Hendon instigated discussions on poor-relief with representatives of the Stanmores, Edgware, and Kingsbury, in 1829. In 1835 all five parishes joined Harrow, Pinner, and Willesden to form Hendon poor law union. (fn. 26) The new board of guardians at once caused alarm by proposing extensive alterations to the workhouse and demanding the removal of the cage and engine-house, which remained the parish's responsibility. After two years of argument the guardians were permitted to sell the workhouse to William Rogers, a neighbouring surgeon, whose family lived there until its sale by trustees in 1893. (fn. 27) Great Stanmore paid more than most members of the union towards the new workhouse at Redhill, since the land awarded at inclosure was also sold. (fn. 28)
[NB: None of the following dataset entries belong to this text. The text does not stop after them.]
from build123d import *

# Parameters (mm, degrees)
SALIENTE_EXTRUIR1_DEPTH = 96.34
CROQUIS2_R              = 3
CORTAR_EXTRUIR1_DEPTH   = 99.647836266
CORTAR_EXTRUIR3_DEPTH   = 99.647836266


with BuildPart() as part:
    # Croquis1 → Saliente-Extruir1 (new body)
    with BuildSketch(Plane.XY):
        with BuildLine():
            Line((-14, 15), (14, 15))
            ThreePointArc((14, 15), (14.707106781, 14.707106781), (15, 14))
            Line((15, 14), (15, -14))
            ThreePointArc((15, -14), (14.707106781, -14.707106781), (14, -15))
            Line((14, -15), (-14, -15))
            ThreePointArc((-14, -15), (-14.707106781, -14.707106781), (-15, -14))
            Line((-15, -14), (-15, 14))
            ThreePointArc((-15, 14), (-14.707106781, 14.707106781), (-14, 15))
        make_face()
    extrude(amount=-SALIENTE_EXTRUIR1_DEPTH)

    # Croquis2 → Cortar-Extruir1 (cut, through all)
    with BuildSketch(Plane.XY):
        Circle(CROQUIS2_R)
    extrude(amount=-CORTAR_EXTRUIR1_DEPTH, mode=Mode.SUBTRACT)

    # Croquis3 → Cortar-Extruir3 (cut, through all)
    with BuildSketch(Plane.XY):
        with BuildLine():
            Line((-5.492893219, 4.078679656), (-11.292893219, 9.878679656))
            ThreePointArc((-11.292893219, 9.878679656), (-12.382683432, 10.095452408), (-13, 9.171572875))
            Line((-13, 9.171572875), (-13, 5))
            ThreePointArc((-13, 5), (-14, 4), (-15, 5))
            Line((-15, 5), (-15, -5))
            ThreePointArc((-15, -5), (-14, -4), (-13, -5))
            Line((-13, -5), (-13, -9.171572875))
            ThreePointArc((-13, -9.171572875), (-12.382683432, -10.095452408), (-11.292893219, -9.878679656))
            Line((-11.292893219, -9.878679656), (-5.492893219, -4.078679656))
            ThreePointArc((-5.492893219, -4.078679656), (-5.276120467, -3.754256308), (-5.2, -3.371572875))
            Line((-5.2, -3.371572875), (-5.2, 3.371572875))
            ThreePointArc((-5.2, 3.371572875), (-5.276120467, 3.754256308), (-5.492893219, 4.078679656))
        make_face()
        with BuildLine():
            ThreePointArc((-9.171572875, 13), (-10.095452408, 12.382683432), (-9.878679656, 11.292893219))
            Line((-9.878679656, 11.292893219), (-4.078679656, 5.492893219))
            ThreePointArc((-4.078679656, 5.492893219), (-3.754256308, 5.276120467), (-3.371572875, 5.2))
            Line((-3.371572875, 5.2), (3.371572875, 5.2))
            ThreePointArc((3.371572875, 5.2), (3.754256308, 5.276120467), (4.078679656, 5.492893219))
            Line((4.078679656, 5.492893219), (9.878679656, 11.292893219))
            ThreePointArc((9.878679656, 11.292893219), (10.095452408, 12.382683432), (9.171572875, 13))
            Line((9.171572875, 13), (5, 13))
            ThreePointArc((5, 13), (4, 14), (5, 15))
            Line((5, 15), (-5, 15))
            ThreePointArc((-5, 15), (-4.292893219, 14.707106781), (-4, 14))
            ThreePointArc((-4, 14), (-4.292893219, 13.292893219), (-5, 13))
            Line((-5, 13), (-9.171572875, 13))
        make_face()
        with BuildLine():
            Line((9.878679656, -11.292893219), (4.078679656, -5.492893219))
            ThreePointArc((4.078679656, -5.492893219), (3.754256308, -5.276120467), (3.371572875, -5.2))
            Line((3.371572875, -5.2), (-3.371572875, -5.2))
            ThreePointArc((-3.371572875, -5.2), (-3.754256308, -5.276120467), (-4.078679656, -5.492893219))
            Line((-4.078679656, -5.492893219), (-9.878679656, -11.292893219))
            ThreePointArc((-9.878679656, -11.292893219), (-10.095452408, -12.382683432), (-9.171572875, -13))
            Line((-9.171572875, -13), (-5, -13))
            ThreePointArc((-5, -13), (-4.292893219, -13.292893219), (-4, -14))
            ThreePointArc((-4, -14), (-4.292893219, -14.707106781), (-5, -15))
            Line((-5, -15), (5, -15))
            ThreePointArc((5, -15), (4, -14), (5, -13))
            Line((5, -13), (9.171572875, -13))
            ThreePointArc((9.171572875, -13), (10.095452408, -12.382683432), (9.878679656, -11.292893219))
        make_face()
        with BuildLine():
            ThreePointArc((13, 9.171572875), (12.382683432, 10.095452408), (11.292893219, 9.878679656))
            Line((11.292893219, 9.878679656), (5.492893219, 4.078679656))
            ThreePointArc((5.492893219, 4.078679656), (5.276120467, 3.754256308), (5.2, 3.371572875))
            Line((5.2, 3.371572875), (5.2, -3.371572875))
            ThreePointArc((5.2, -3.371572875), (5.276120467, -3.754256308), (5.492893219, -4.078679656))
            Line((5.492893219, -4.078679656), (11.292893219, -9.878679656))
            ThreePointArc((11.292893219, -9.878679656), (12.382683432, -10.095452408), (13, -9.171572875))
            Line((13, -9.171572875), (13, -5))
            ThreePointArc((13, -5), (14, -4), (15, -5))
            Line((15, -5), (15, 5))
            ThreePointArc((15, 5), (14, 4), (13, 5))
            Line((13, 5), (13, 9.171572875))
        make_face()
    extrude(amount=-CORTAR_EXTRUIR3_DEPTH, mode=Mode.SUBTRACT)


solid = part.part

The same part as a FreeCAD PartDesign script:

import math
import FreeCAD as App
import Part
import Sketcher

V = App.Vector
Q = App.Units.Quantity

doc = App.newDocument("Part")
body = doc.addObject("PartDesign::Body", "Body")

# Sketch on XY plane
sketch1 = body.newObject("Sketcher::SketchObject", "Sketch")
sketch1.AttachmentSupport = (doc.getObject("XY_Plane"), [""])
sketch1.MapMode = "FlatFace"
sketch1.addGeometry([
    Part.LineSegment(V(14, 15, 0), V(-14, 15, 0)),  # 0
    Part.ArcOfCircle(Part.Circle(V(-14, 14, 0), V(0, 0, 1), 1), math.radians(90), math.radians(180)),  # 1
    Part.LineSegment(V(-15, 14, 0), V(-15, -14, 0)),  # 2
    Part.ArcOfCircle(Part.Circle(V(-14, -14, 0), V(0, 0, 1), 1), math.radians(-180), math.radians(-90)),  # 3
    Part.LineSegment(V(-14, -15, 0), V(14, -15, 0)),  # 4
    Part.ArcOfCircle(Part.Circle(V(14, -14, 0), V(0, 0, 1), 1), math.radians(-90), math.radians(0)),  # 5
    Part.LineSegment(V(15, -14, 0), V(15, 14, 0)),  # 6
    Part.ArcOfCircle(Part.Circle(V(14, 14, 0), V(0, 0, 1), 1), math.radians(0), math.radians(90)),  # 7
], False)
sketch1.addConstraint([
    Sketcher.Constraint("Tangent", 0, 2, 1, 1),
    Sketcher.Constraint("Tangent", 1, 2, 2, 1),
    Sketcher.Constraint("Tangent", 2, 2, 3, 1),
    Sketcher.Constraint("Tangent", 3, 2, 4, 1),
    Sketcher.Constraint("Tangent", 4, 2, 5, 1),
    Sketcher.Constraint("Tangent", 5, 2, 6, 1),
    Sketcher.Constraint("Tangent", 6, 2, 7, 1),
    Sketcher.Constraint("Tangent", 7, 2, 0, 1),
    Sketcher.Constraint("Horizontal", 0),
    Sketcher.Constraint("Vertical", 2),
    Sketcher.Constraint("Horizontal", 4),
    Sketcher.Constraint("Vertical", 6),
    Sketcher.Constraint("Equal", 1, 3),
    Sketcher.Constraint("Equal", 3, 5),
    Sketcher.Constraint("Equal", 5, 7),
    Sketcher.Constraint("Symmetric", 1, 3, 5, 3, -1, 1),
    Sketcher.Constraint("Equal", 4, 2),
    Sketcher.Constraint("Radius", 1, Q("1 mm")),
    Sketcher.Constraint("DistanceX", 0, 2, 0, 1, Q("28 mm")),
])
pad1 = body.newObject("PartDesign::Pad", "Pad")
pad1.Profile = sketch1
pad1.Length = 96.34
pad1.Reversed = True

# Sketch on XY plane
sketch2 = body.newObject("Sketcher::SketchObject", "Sketch001")
sketch2.AttachmentSupport = (doc.getObject("XY_Plane"), [""])
sketch2.MapMode = "FlatFace"
sketch2.addGeometry(Part.Circle(V(0, 0, 0), V(0, 0, 1), 3), False)
sketch2.addConstraint([
    Sketcher.Constraint("Coincident", 0, 3, -1, 1),
    Sketcher.Constraint("Diameter", 0, Q("6 mm")),
])
pocket1 = body.newObject("PartDesign::Pocket", "Pocket")
pocket1.Profile = sketch2
pocket1.Type = "ThroughAll"

# Sketch on XY plane
sketch3 = body.newObject("Sketcher::SketchObject", "Sketch002")
sketch3.AttachmentSupport = (doc.getObject("XY_Plane"), [""])
sketch3.MapMode = "FlatFace"
sketch3.addGeometry([
    Part.LineSegment(V(-5.5, 4.1, 0), V(-11.3, 9.9, 0)),  # 0
    Part.ArcOfCircle(Part.Circle(V(-12, 9.2, 0), V(0, 0, 1), 1), math.radians(45), math.radians(180)),  # 1
    Part.LineSegment(V(-13, 9.2, 0), V(-13, 5, 0)),  # 2
    Part.ArcOfCircle(Part.Circle(V(-14, 5, 0), V(0, 0, 1), 1), math.radians(180), math.radians(360)),  # 3
    Part.LineSegment(V(-15, 5, 0), V(-15, -5, 0)),  # 4
    Part.ArcOfCircle(Part.Circle(V(-14, -5, 0), V(0, 0, 1), 1), math.radians(0), math.radians(180)),  # 5
    Part.LineSegment(V(-13, -5, 0), V(-13, -9.2, 0)),  # 6
    Part.ArcOfCircle(Part.Circle(V(-12, -9.2, 0), V(0, 0, 1), 1), math.radians(180), math.radians(315)),  # 7
    Part.LineSegment(V(-11.3, -9.9, 0), V(-5.5, -4.1, 0)),  # 8
    Part.ArcOfCircle(Part.Circle(V(-6.2, -3.4, 0), V(0, 0, 1), 1), math.radians(-45), math.radians(0)),  # 9
    Part.LineSegment(V(-5.2, -3.4, 0), V(-5.2, 3.4, 0)),  # 10
    Part.ArcOfCircle(Part.Circle(V(-6.2, 3.4, 0), V(0, 0, 1), 1), math.radians(0), math.radians(45)),  # 11
    Part.ArcOfCircle(Part.Circle(V(-9.2, 12, 0), V(0, 0, 1), 1), math.radians(90), math.radians(225)),  # 12
    Part.LineSegment(V(-9.9, 11.3, 0), V(-4.1, 5.5, 0)),  # 13
    Part.ArcOfCircle(Part.Circle(V(-3.4, 6.2, 0), V(0, 0, 1), 1), math.radians(-135), math.radians(-90)),  # 14
    Part.LineSegment(V(-3.4, 5.2, 0), V(3.4, 5.2, 0)),  # 15
    Part.ArcOfCircle(Part.Circle(V(3.4, 6.2, 0), V(0, 0, 1), 1), math.radians(-90), math.radians(-45)),  # 16
    Part.LineSegment(V(4.1, 5.5, 0), V(9.9, 11.3, 0)),  # 17
    Part.ArcOfCircle(Part.Circle(V(9.2, 12, 0), V(0, 0, 1), 1), math.radians(-45), math.radians(90)),  # 18
    Part.LineSegment(V(9.2, 13, 0), V(5, 13, 0)),  # 19
    Part.ArcOfCircle(Part.Circle(V(5, 14, 0), V(0, 0, 1), 1), math.radians(90), math.radians(270)),  # 20
    Part.LineSegment(V(5, 15, 0), V(-5, 15, 0)),  # 21
    Part.ArcOfCircle(Part.Circle(V(-5, 14, 0), V(0, 0, 1), 1), math.radians(0), math.radians(90)),  # 22
    Part.ArcOfCircle(Part.Circle(V(-5, 14, 0), V(0, 0, 1), 1), math.radians(-90), math.radians(0)),  # 23
    Part.LineSegment(V(-5, 13, 0), V(-9.2, 13, 0)),  # 24
    Part.LineSegment(V(9.9, -11.3, 0), V(4.1, -5.5, 0)),  # 25
    Part.ArcOfCircle(Part.Circle(V(3.4, -6.2, 0), V(0, 0, 1), 1), math.radians(45), math.radians(90)),  # 26
    Part.LineSegment(V(3.4, -5.2, 0), V(-3.4, -5.2, 0)),  # 27
    Part.ArcOfCircle(Part.Circle(V(-3.4, -6.2, 0), V(0, 0, 1), 1), math.radians(90), math.radians(135)),  # 28
    Part.LineSegment(V(-4.1, -5.5, 0), V(-9.9, -11.3, 0)),  # 29
    Part.ArcOfCircle(Part.Circle(V(-9.2, -12, 0), V(0, 0, 1), 1), math.radians(135), math.radians(270)),  # 30
    Part.LineSegment(V(-9.2, -13, 0), V(-5, -13, 0)),  # 31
The parish steadily resisted the erosion of its authority in the 19th century. Great Stanmore, along with its neighbours, was included in the Metropolitan Police District in 1840 (fn. 29) but in 1842 the vestry complained to the Home Secretary about the consequent expense and inadequate protection. A proposal to adopt the Lighting and Watching Act of 1834 was defeated at meetings of ratepayers in 1836 and 1859 but unanimously accepted in 1861, whereupon six inspectors were appointed, answerable to the vestry. In 1863 the parish vainly protested against its inclusion in the new Edgware highway district. (fn. 30)
Sums raised by the overseers and spent by Edgware highway board in Great Stanmore were much the same as those in Little Stanmore. (fn. 31) A nuisance removal committee was set up by the vestry under an inspector in 1857 but was superseded under the Public Health Act of 1872 (fn. 32) by the new Hendon rural sanitary authority, which in 1879 also took over the functions of Edgware highway board. (fn. 33) Hendon rural sanitary authority in 1895 became Hendon R.D., which was dissolved in 1934 when the Stanmores joined Harrow U.D., itself created a municipal borough in 1954. Stanmore North and Stanmore South formed two of the new urban district's 12 wards (15 from 1948); some two-thirds of Great Stanmore was included in Stanmore North but the southern part lay mostly in Stanmore South and later in Belmont and Queensbury wards. (fn. 34) Since 1965 both Great and Little Stanmore have lain within Harrow L.B. The postal address for many of its offices is Stanmore, as it was for those of the old urban district, but all are located on the Harrow side of the parish boundary.